WHAT TO WORK ON:
Where a line holds the word "BuildSketch", copy it from the records.

[Dataset entries]
......

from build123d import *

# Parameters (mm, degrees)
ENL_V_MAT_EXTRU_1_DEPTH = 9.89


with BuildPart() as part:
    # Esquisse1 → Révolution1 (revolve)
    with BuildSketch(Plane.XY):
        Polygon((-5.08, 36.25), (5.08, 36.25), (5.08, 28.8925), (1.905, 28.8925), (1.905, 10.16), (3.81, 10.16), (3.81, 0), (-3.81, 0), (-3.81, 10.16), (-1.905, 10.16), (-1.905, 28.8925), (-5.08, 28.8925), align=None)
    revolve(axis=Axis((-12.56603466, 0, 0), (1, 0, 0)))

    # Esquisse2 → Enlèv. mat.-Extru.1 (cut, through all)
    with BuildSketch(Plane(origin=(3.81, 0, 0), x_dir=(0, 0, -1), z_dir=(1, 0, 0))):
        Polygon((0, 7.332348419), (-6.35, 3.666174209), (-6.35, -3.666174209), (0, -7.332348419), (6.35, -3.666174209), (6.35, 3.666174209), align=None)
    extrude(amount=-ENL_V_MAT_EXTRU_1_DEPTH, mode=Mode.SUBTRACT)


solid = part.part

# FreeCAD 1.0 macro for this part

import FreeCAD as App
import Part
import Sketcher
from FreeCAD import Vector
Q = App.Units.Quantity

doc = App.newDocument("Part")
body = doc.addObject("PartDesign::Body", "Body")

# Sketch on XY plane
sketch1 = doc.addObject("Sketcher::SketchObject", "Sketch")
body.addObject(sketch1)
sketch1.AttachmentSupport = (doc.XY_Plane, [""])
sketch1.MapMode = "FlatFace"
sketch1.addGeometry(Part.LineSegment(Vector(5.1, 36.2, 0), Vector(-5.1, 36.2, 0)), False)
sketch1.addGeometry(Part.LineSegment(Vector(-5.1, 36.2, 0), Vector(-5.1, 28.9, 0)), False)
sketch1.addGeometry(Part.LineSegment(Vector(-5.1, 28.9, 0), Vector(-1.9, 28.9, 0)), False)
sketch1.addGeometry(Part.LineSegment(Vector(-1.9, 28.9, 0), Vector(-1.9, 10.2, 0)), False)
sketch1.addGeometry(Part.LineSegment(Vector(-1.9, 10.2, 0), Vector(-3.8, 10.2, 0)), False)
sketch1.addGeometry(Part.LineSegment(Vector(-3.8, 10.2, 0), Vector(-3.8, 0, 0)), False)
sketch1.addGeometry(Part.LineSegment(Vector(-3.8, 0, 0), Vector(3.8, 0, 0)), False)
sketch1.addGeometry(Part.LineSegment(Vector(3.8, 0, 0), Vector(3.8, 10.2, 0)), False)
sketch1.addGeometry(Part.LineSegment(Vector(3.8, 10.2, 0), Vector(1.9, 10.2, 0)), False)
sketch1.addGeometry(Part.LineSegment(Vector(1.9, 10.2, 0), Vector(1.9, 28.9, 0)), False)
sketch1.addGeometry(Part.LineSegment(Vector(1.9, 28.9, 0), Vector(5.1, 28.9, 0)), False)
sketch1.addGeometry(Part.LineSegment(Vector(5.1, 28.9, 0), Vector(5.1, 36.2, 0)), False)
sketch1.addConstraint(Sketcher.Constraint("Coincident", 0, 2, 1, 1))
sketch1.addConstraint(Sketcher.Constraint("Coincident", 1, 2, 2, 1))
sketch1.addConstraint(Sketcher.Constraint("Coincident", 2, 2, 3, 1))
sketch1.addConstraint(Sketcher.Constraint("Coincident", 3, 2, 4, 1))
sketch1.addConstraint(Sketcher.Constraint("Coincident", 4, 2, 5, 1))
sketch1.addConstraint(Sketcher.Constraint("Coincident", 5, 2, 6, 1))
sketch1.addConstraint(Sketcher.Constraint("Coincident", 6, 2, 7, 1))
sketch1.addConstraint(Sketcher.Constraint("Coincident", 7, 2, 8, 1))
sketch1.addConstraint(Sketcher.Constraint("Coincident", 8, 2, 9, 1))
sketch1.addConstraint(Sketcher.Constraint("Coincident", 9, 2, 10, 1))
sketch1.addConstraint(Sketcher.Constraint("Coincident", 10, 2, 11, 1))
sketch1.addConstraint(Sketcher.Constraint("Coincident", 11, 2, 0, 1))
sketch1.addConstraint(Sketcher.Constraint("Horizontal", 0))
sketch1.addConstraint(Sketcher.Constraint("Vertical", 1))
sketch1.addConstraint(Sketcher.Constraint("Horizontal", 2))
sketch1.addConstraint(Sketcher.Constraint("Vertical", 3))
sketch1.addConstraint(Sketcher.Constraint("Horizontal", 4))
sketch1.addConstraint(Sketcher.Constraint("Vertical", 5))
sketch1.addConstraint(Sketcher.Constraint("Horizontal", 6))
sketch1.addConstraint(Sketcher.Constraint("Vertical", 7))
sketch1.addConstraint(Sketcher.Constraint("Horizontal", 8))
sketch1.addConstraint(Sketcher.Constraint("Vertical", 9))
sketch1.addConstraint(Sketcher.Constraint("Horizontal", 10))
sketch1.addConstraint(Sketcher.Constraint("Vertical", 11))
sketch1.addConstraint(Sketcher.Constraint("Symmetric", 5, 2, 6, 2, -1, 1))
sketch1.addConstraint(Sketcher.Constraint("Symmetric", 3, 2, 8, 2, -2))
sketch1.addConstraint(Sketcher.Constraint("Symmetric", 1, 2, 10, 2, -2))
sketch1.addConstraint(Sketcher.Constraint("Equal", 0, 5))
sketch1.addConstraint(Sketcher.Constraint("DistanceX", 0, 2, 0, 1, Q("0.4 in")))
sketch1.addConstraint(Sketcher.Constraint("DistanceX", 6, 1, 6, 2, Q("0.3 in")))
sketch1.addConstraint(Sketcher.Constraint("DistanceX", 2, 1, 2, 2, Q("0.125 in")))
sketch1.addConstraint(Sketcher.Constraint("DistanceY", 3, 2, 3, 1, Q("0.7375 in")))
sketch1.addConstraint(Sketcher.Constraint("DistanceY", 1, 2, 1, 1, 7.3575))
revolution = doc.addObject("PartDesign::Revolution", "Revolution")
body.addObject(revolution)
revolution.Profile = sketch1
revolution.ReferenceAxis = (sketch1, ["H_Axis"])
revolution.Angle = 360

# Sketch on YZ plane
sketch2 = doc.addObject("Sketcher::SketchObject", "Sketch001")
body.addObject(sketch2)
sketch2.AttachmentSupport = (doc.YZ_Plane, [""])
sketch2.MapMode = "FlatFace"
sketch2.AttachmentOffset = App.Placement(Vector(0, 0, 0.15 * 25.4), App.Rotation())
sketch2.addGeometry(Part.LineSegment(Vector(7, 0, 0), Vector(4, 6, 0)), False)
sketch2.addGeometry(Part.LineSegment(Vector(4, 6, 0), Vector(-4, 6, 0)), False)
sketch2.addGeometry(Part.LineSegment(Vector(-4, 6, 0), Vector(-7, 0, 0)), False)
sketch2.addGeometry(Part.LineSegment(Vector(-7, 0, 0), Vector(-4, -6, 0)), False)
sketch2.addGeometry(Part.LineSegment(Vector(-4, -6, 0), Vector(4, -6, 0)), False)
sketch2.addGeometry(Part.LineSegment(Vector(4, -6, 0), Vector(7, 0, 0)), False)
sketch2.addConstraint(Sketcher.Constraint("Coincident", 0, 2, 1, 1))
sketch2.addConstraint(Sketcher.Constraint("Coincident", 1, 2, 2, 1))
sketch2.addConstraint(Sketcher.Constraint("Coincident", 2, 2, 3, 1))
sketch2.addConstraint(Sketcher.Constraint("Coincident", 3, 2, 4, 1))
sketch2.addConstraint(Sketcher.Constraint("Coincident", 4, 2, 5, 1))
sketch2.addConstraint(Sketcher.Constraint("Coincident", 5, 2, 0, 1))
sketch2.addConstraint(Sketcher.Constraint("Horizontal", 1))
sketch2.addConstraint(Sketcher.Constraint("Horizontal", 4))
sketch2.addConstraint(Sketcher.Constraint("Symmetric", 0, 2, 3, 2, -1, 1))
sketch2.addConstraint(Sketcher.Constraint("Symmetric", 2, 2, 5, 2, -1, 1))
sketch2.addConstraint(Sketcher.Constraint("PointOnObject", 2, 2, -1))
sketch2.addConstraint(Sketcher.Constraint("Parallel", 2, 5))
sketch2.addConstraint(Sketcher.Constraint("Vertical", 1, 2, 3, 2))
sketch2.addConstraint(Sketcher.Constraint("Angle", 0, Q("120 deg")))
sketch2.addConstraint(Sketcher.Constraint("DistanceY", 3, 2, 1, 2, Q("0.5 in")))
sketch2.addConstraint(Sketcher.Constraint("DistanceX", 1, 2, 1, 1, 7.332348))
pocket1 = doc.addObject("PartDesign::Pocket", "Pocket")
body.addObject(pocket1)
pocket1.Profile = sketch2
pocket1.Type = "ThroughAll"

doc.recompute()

......

TASK RESPONSE:
    with BuildSketch(Plane.XY):
    with BuildSketch(Plane(origin=(3.81, 0, 0), x_dir=(0, 0, -1), z_dir=(1, 0, 0))):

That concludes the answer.